(Saved data entries)
##########
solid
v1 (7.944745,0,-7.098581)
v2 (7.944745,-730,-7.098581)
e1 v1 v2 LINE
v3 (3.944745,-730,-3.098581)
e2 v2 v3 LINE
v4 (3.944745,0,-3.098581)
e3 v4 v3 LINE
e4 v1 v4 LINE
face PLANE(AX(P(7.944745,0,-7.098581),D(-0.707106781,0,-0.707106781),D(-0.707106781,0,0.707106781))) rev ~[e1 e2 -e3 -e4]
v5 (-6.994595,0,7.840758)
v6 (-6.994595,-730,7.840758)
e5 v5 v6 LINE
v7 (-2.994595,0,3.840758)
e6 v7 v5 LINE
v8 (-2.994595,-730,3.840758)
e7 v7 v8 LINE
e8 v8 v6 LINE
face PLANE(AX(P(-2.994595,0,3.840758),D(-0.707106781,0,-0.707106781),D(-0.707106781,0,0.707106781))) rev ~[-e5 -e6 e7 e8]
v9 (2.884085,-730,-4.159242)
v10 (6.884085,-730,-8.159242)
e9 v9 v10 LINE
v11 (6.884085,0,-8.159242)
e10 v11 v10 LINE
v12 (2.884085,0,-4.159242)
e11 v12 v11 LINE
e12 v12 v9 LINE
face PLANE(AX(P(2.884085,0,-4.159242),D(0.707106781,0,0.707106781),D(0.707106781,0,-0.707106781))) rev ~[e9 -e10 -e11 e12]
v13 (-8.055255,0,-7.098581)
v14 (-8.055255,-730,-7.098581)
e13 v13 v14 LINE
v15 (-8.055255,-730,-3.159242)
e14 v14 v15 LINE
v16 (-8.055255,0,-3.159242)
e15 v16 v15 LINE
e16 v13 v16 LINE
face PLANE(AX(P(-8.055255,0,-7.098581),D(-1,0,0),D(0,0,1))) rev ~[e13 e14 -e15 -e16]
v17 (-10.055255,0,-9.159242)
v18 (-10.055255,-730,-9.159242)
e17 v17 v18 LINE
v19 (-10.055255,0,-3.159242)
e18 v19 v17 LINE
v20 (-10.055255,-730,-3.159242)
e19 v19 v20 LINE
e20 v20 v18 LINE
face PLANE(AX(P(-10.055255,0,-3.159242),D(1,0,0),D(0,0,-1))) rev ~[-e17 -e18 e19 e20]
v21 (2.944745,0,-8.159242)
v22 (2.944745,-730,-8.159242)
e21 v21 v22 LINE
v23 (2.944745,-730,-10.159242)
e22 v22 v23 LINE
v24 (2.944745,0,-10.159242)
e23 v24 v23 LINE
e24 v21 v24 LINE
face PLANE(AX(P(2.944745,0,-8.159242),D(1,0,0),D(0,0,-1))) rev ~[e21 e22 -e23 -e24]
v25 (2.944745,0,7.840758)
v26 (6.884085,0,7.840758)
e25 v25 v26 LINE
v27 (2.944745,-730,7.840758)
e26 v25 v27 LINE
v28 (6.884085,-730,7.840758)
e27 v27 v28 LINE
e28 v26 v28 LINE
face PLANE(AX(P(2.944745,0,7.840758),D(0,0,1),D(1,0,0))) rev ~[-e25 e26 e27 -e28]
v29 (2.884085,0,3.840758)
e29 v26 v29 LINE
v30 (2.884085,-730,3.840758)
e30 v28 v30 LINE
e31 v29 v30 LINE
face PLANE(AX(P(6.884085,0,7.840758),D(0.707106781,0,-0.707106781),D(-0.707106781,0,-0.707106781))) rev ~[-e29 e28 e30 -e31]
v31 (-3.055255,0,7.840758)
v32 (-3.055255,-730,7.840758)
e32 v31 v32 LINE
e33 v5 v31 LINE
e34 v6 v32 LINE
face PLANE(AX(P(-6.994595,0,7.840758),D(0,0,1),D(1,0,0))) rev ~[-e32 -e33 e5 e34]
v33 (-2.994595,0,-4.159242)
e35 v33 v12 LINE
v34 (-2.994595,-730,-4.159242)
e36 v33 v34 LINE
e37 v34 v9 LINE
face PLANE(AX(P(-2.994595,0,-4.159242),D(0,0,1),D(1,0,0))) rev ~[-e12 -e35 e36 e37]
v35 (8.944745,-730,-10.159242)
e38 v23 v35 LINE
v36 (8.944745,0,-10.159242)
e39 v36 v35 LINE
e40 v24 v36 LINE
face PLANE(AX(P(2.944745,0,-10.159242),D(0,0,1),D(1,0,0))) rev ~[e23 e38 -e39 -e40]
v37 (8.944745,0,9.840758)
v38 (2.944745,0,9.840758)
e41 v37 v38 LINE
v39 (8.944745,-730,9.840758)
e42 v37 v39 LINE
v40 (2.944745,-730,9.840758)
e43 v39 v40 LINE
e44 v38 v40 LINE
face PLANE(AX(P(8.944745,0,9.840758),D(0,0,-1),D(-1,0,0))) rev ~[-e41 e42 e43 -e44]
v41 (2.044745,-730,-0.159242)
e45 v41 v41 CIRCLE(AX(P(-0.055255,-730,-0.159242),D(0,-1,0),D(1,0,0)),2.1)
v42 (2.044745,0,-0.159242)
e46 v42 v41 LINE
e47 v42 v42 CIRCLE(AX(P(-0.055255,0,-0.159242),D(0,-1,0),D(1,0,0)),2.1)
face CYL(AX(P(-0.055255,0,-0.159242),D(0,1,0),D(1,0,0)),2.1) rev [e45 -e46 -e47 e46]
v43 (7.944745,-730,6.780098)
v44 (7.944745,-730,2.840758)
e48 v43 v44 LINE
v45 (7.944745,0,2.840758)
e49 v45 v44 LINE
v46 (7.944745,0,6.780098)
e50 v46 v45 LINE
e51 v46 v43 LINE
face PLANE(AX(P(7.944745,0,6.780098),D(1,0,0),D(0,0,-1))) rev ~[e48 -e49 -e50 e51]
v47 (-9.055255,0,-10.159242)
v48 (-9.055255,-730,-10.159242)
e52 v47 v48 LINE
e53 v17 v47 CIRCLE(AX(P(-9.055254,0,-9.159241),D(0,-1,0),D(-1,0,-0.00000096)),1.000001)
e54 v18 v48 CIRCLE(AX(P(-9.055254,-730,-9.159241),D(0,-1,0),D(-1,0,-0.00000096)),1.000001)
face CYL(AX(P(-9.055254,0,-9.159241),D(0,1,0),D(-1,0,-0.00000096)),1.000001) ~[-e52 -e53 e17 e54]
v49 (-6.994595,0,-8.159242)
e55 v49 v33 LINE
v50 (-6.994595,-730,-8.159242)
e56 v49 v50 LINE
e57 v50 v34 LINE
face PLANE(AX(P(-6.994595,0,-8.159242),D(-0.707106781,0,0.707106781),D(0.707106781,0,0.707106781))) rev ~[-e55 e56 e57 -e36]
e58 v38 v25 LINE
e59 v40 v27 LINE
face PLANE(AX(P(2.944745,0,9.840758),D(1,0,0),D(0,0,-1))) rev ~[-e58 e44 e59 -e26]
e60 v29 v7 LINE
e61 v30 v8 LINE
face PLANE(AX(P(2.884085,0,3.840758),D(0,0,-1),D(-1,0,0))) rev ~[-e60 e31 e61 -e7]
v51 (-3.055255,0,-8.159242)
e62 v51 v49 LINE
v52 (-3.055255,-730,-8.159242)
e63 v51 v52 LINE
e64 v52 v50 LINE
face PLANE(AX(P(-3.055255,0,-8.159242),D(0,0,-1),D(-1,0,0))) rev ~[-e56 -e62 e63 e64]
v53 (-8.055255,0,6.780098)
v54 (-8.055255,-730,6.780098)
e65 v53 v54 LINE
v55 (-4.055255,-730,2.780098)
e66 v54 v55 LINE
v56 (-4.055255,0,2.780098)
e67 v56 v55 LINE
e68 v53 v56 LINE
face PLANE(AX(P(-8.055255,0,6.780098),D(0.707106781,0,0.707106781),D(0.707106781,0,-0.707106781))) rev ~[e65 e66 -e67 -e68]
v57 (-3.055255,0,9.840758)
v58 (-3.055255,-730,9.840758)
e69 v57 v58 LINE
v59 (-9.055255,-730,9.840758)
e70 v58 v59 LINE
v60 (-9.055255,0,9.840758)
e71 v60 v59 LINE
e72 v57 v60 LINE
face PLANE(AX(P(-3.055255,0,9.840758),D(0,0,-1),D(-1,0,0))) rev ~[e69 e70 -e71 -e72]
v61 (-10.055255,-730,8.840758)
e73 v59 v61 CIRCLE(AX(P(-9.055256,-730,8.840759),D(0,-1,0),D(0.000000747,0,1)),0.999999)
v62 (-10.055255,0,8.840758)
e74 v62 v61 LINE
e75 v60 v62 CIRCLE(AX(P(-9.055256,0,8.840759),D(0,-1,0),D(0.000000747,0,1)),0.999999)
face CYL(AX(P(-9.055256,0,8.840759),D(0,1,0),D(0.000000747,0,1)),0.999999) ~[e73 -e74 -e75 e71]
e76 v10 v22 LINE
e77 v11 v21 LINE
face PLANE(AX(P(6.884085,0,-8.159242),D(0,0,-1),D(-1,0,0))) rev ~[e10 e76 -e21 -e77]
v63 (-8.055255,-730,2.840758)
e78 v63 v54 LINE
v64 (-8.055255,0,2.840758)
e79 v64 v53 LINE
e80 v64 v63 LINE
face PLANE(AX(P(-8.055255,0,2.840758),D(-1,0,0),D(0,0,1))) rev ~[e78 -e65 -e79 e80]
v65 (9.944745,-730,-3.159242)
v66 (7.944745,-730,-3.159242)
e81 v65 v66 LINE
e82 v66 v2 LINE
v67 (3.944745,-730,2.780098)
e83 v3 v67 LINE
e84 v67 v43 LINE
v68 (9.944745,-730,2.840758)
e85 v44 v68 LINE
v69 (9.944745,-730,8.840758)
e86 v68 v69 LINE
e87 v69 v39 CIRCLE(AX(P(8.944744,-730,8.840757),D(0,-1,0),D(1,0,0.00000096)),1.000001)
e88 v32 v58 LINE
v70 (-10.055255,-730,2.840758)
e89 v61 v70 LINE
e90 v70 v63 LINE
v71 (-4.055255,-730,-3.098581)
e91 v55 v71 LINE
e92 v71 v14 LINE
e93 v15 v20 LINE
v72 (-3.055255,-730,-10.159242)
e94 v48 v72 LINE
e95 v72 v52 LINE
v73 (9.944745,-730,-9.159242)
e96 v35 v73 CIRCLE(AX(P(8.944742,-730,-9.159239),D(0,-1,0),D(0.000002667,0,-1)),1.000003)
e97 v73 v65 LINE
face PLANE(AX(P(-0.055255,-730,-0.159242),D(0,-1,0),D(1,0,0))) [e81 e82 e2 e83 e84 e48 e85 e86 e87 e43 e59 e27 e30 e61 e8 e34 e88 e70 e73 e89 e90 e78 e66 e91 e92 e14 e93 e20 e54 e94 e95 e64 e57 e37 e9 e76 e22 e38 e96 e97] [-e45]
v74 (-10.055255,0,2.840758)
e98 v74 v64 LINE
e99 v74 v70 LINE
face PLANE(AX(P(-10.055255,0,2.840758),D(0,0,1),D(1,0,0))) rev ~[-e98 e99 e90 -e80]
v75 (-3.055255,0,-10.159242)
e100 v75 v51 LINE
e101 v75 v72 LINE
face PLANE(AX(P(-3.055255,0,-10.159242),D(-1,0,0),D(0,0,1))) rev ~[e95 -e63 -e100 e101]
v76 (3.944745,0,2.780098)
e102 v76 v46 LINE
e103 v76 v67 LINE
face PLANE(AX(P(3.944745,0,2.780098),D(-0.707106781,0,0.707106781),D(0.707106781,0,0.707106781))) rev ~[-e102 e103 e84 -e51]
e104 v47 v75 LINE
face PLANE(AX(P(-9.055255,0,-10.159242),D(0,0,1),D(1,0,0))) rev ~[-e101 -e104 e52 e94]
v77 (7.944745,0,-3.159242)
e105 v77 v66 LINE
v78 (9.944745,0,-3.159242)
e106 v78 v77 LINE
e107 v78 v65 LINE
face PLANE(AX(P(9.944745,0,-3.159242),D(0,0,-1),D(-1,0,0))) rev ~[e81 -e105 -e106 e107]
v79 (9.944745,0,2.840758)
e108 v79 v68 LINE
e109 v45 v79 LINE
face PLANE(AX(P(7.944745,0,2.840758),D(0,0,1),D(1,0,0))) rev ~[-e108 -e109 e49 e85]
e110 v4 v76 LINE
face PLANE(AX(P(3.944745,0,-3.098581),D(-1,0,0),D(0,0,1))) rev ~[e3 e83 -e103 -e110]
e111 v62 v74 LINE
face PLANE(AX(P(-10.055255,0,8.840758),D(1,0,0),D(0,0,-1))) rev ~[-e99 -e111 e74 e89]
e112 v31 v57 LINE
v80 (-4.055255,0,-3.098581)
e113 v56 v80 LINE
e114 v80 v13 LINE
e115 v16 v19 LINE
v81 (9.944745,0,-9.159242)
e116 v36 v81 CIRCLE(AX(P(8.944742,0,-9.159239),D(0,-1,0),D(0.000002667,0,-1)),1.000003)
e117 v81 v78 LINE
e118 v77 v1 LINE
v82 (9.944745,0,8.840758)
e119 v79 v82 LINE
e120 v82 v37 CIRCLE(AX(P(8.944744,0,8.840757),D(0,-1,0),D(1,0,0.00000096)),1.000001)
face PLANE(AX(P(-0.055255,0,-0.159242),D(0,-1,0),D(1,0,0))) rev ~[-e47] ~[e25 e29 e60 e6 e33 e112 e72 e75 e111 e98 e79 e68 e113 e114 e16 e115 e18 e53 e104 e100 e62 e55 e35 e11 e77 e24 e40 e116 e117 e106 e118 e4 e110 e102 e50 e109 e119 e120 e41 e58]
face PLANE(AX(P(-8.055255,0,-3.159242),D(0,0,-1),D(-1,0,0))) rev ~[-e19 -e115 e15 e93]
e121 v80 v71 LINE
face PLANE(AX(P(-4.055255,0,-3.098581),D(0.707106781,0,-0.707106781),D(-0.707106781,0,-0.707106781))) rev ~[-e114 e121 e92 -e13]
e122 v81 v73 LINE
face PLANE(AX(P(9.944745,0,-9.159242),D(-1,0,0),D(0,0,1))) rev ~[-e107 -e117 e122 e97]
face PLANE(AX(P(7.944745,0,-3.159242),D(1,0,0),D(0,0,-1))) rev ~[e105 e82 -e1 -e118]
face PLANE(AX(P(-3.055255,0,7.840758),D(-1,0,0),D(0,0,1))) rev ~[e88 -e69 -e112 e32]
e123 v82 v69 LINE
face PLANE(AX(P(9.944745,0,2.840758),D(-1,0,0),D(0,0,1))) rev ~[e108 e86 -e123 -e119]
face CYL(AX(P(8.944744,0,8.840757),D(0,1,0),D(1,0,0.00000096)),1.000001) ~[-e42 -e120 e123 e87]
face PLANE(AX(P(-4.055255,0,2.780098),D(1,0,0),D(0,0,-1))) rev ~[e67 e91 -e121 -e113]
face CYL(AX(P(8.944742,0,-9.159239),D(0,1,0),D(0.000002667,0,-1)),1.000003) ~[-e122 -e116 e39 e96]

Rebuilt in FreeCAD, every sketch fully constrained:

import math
import FreeCAD as App
import Part
import Sketcher

doc = App.newDocument("Part")
params = doc.addObject("Spreadsheet::Sheet", "Params")
for row, (alias, value) in enumerate([
    ("sketch1_radius", "1.000001 mm"),
    ("sketch1_diameter", "4.2 mm"),
    ("sketch1_width", "6 mm"),
    ("sketch1_width2", "2 mm"),
    ("pad1_length", "730 mm"),
], start=1):
    params.set(f"A{row}", alias)
    params.set(f"B{row}", "=" + value)
    params.setAlias(f"B{row}", alias)

body = doc.addObject("PartDesign::Body", "Body")

# Sketch on XZ plane
sketch1 = doc.addObject("Sketcher::SketchObject", "Sketch")
body.addObject(sketch1)
sketch1.AttachmentSupport = (doc.XZ_Plane, [""])
sketch1.MapMode = "FlatFace"
sketch1.addGeometry([
    Part.ArcOfCircle(Part.Circle(App.Vector(8.9, 8.8, 0), App.Vector(0, 0, 1), 1), math.radians(0), math.radians(90)),  # 0
    Part.LineSegment(App.Vector(8.9, 9.8, 0), App.Vector(2.9, 9.8, 0)),  # 1
    Part.LineSegment(App.Vector(2.9, 9.8, 0), App.Vector(2.9, 7.8, 0)),  # 2
    Part.LineSegment(App.Vector(2.9, 7.8, 0), App.Vector(6.9, 7.8, 0)),  # 3
    Part.LineSegment(App.Vector(6.9, 7.8, 0), App.Vector(2.9, 3.8, 0)),  # 4
    Part.LineSegment(App.Vector(2.9, 3.8, 0), App.Vector(-3, 3.8, 0)),  # 5
    Part.LineSegment(App.Vector(-3, 3.8, 0), App.Vector(-7, 7.8, 0)),  # 6
    Part.LineSegment(App.Vector(-7, 7.8, 0), App.Vector(-3.1, 7.8, 0)),  # 7
    Part.LineSegment(App.Vector(-3.1, 7.8, 0), App.Vector(-3.1, 9.8, 0)),  # 8
    Part.LineSegment(App.Vector(-3.1, 9.8, 0), App.Vector(-9.1, 9.8, 0)),  # 9
    Part.ArcOfCircle(Part.Circle(App.Vector(-9.1, 8.8, 0), App.Vector(0, 0, 1), 1), math.radians(90), math.radians(180)),  # 10
    Part.LineSegment(App.Vector(-10.1, 8.8, 0), App.Vector(-10.1, 2.8, 0)),  # 11
    Part.LineSegment(App.Vector(-10.1, 2.8, 0), App.Vector(-8.1, 2.8, 0)),  # 12
    Part.LineSegment(App.Vector(-8.1, 2.8, 0), App.Vector(-8.1, 6.8, 0)),  # 13
    Part.LineSegment(App.Vector(-8.1, 6.8, 0), App.Vector(-4.1, 2.8, 0)),  # 14
    Part.LineSegment(App.Vector(-4.1, 2.8, 0), App.Vector(-4.1, -3.1, 0)),  # 15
##########
Please copy only the lines between the first line of the entries and the line with "e4 v1 v4 LINE", keeping those two end lines as well, exactly as written.

solid
v1 (7.944745,0,-7.098581)
v2 (7.944745,-730,-7.098581)
e1 v1 v2 LINE
v3 (3.944745,-730,-3.098581)
e2 v2 v3 LINE
v4 (3.944745,0,-3.098581)
e3 v4 v3 LINE
e4 v1 v4 LINE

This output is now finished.